Deployment, Observability, and Capacity Planning for Production ML Serving
Latency Observability
Track latency at every stage: feature retrieval P50/P99, inference P50/P99, total request P50/P99. Histogram metrics reveal distribution shape—a bimodal distribution suggests two different code paths. Alert on P99 exceeding SLA, not just average. Dashboard tail latency trends to catch degradation before it impacts users.

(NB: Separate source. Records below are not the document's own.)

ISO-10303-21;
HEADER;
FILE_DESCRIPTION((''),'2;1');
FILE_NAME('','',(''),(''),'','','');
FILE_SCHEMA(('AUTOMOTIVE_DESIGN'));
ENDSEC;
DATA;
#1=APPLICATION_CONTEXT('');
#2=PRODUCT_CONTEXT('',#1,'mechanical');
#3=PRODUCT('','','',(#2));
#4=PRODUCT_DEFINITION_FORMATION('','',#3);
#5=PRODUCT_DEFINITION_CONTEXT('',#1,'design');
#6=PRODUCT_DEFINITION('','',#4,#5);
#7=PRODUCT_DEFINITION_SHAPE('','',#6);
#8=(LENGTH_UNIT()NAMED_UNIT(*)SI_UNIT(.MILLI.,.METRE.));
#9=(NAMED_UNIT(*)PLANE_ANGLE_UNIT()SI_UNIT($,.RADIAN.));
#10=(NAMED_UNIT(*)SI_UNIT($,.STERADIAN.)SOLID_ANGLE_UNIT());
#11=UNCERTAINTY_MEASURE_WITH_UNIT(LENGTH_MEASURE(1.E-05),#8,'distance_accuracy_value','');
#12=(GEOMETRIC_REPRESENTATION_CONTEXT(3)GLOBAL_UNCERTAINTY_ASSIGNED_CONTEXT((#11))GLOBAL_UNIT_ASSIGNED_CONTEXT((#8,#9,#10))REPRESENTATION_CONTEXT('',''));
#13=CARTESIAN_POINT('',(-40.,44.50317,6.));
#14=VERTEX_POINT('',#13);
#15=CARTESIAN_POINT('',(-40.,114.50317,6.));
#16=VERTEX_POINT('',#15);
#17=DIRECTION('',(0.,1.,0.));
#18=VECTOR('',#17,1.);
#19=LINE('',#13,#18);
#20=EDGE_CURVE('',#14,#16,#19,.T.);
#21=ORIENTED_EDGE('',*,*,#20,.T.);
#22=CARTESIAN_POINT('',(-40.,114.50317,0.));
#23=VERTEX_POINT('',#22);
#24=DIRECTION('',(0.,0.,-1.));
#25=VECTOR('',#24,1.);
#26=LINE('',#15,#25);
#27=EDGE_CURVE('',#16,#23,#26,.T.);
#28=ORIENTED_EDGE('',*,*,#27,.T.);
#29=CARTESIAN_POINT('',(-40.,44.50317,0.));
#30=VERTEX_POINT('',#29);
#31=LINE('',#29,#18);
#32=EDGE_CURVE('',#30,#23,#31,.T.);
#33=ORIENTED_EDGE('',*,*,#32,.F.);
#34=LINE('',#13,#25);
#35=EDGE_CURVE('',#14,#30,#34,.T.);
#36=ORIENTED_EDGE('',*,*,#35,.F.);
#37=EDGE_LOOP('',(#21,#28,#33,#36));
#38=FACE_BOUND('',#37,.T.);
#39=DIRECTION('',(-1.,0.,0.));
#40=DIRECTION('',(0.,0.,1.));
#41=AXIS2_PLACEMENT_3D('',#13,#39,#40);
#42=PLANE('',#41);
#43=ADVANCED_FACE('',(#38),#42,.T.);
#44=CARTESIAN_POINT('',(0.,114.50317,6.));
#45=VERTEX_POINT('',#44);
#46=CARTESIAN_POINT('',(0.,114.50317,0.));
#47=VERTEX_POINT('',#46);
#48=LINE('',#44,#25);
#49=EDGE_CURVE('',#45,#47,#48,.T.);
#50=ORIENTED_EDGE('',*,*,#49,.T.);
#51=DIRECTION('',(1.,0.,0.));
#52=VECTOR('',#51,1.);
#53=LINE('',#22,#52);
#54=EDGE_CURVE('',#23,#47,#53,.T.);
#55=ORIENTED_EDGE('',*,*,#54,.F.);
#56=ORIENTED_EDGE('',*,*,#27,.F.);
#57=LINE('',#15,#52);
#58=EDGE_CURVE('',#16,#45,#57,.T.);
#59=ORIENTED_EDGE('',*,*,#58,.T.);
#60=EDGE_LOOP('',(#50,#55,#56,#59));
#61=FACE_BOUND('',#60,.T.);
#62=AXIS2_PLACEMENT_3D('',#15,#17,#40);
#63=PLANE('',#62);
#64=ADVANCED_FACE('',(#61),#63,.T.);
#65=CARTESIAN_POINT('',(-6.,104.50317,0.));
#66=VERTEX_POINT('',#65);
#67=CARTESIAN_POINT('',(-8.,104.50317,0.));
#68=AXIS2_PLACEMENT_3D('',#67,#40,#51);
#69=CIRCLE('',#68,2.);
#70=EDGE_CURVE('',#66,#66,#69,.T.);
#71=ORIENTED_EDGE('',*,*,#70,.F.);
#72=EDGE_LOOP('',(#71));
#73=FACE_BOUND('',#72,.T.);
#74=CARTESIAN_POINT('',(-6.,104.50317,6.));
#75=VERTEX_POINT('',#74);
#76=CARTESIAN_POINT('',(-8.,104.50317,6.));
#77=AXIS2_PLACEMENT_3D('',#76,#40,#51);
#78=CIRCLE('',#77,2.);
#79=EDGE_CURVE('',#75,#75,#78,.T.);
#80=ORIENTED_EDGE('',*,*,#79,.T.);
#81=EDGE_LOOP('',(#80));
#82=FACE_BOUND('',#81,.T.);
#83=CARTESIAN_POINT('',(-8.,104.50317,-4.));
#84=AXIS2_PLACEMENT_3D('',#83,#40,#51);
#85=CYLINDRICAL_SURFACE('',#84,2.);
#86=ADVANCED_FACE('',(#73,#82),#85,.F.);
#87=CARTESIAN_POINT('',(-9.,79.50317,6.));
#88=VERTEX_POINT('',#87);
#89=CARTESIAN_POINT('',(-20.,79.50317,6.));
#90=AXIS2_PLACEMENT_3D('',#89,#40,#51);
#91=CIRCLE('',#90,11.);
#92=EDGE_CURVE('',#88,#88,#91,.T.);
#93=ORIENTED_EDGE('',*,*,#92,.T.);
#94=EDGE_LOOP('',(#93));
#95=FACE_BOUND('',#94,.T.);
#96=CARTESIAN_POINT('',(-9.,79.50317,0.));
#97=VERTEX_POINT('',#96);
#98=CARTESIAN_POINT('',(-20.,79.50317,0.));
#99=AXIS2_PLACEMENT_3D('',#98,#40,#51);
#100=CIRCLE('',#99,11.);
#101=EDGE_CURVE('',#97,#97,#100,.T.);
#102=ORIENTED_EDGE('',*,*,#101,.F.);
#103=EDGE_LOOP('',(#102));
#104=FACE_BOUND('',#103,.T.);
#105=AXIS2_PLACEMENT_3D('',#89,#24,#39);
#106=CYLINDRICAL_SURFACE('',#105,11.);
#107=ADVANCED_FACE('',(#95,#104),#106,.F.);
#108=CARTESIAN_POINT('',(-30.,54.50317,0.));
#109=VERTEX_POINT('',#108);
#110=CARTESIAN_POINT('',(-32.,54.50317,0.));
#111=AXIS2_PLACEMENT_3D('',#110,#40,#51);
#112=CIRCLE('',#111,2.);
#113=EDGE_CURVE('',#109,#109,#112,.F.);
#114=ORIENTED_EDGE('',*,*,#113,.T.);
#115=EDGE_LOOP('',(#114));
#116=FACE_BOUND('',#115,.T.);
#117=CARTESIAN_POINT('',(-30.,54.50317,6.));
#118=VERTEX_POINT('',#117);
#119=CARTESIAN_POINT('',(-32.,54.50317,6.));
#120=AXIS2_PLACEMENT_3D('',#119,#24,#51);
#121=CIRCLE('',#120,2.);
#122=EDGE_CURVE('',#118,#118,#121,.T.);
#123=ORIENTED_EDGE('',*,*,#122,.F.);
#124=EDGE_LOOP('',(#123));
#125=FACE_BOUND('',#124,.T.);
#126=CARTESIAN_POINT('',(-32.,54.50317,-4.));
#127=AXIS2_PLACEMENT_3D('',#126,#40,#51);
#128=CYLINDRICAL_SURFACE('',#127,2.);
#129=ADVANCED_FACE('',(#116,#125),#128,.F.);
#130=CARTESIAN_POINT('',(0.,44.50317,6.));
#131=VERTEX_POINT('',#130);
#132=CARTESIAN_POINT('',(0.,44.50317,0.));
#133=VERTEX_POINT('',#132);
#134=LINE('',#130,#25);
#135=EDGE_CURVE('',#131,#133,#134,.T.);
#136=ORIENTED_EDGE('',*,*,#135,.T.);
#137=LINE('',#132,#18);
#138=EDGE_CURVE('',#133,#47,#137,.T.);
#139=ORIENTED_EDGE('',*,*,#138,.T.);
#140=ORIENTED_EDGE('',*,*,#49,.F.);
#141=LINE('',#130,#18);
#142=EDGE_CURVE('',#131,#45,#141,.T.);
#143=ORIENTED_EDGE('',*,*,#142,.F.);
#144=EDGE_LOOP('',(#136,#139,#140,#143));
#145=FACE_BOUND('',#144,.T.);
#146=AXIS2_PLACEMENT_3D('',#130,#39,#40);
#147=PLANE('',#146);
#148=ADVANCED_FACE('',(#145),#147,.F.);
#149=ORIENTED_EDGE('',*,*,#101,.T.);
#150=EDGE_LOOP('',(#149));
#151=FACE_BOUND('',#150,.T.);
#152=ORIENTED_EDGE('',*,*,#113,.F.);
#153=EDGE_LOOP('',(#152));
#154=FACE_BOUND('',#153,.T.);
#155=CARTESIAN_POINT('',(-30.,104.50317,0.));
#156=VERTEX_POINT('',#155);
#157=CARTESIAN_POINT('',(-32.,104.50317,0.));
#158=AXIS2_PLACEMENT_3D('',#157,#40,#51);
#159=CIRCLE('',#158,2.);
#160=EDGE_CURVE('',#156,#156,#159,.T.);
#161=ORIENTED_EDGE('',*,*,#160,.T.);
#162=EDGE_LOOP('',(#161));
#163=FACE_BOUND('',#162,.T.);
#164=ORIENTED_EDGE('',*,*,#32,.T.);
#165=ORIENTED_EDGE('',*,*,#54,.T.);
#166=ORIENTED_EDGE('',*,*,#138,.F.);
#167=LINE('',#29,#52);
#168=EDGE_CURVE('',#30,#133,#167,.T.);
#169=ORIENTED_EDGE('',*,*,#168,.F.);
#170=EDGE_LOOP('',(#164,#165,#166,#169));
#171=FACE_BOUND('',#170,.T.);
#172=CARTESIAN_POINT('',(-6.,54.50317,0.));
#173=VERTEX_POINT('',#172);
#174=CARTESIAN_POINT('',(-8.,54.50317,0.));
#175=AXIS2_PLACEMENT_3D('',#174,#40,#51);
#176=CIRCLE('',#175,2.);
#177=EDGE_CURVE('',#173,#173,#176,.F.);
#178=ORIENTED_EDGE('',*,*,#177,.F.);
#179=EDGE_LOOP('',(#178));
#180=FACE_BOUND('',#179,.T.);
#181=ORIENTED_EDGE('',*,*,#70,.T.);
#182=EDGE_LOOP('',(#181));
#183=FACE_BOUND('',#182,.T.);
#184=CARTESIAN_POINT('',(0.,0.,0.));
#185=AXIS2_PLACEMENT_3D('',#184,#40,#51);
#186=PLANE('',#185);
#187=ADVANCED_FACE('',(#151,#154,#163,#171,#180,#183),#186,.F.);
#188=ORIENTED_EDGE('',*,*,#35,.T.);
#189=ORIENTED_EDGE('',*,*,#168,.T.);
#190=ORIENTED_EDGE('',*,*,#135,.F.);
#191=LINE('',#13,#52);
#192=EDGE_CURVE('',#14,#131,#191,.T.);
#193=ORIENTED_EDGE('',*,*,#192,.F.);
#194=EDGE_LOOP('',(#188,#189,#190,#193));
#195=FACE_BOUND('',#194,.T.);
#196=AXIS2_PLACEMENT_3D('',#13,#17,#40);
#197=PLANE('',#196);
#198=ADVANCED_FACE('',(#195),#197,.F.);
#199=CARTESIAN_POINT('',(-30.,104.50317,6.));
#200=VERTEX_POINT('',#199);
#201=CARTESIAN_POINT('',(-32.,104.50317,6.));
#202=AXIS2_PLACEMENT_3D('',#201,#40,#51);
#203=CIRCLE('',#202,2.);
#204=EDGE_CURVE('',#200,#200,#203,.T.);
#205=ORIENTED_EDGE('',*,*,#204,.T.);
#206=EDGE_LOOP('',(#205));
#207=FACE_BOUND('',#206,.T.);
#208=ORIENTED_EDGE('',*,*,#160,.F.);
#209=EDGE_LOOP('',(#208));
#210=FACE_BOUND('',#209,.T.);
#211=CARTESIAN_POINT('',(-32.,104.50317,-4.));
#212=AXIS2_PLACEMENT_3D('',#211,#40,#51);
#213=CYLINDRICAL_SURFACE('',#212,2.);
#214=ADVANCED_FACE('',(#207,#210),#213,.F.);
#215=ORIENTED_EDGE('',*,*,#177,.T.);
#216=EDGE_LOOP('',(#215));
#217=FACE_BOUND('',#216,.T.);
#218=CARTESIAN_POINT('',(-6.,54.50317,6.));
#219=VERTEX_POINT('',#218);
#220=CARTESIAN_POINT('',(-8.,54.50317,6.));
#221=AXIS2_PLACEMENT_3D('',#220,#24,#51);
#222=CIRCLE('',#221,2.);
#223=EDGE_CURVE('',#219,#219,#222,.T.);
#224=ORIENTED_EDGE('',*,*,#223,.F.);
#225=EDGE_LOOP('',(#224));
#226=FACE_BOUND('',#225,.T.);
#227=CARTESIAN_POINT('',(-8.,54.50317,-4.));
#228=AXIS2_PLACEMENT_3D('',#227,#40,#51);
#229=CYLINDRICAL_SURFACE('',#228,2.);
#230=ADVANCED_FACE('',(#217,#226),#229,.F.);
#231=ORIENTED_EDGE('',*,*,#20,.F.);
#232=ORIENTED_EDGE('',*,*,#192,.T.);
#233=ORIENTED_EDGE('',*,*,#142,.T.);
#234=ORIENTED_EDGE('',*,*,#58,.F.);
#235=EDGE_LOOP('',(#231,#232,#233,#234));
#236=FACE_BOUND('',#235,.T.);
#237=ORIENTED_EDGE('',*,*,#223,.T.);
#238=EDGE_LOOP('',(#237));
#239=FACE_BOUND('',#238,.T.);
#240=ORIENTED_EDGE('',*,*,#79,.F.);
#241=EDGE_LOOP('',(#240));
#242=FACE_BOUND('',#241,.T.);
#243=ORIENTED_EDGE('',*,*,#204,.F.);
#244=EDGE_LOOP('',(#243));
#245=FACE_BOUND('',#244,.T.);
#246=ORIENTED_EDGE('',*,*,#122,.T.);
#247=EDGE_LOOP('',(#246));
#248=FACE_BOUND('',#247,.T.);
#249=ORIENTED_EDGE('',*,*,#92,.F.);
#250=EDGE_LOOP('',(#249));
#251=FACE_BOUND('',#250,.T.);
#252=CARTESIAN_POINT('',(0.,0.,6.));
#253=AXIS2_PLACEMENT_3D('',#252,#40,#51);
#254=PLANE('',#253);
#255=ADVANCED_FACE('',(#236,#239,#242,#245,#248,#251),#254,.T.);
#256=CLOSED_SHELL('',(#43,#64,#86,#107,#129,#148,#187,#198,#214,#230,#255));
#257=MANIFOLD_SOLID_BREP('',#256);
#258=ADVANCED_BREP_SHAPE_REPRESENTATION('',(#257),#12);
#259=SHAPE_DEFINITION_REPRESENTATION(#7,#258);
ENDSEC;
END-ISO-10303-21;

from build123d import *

# Parameters (mm, degrees)
SKETCH_1_W          = 40
SKETCH_1_H          = 70
SKETCH_1_R          = 11
EXTRUDE_1_DEPTH     = 6
SKETCH_2_R          = 2
CUT_EXTRUDE_1_DEPTH = 10


with BuildPart() as part:
    # 草图1 → 凸台-拉伸1 (new body)
    with BuildSketch(Plane.XY):
        with Locations((-20, 79.503169777)):
            Rectangle(SKETCH_1_W, SKETCH_1_H)
        with Locations((-20, 79.503169777)):
            Circle(SKETCH_1_R, mode=Mode.SUBTRACT)
    extrude(amount=EXTRUDE_1_DEPTH)

    # 草图2 → 切除-拉伸1 (cut)
    with BuildSketch(Plane.XY.offset(6)):
        with Locations((-32, 104.503169777)):
            Circle(SKETCH_2_R)
        with Locations((-8, 104.503169777)):
            Circle(SKETCH_2_R)
    cut_extrude_1 = extrude(amount=-CUT_EXTRUDE_1_DEPTH, mode=Mode.SUBTRACT)

    # 镜向1: 切除-拉伸1 across plane
    add(cut_extrude_1.mirror(Plane.ZX.offset(79.503169777)), mode=Mode.SUBTRACT)


solid = part.part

Key Metrics: Request rate, error rate, latency percentiles (P50, P95, P99), model prediction distribution, feature store hit rate. These six metrics expose most production issues.
Canary Deployments
New model versions may have different latency characteristics. Deploy to 1% of traffic first, compare latency metrics against baseline. If P99 regresses, roll back immediately. Gradual rollout (1% → 10% → 50% → 100%) catches issues before full impact. Shadow mode runs the new model alongside production without affecting responses—useful for validating accuracy before latency testing.
Capacity Planning
Estimate peak QPS from historical traffic patterns plus growth projections. Add 2-3x headroom for traffic spikes (promotions, viral events). Each inference server handles a fixed QPS at target latency—divide peak QPS by per-server capacity to get fleet size. Autoscaling helps but has spin-up latency; pre-scale before known traffic events.
Cost Optimization: GPUs are expensive. Use CPUs for simple models (linear, small trees). Reserve GPUs for neural networks where the throughput gain justifies cost. Profile actual inference time—many GPU deployments are CPU-bound on feature preprocessing.
Graceful Degradation
Design fallback modes: if the model times out, return a default score. If feature store is down, run the model with available features only. Document degradation modes and their accuracy impact before incidents occur.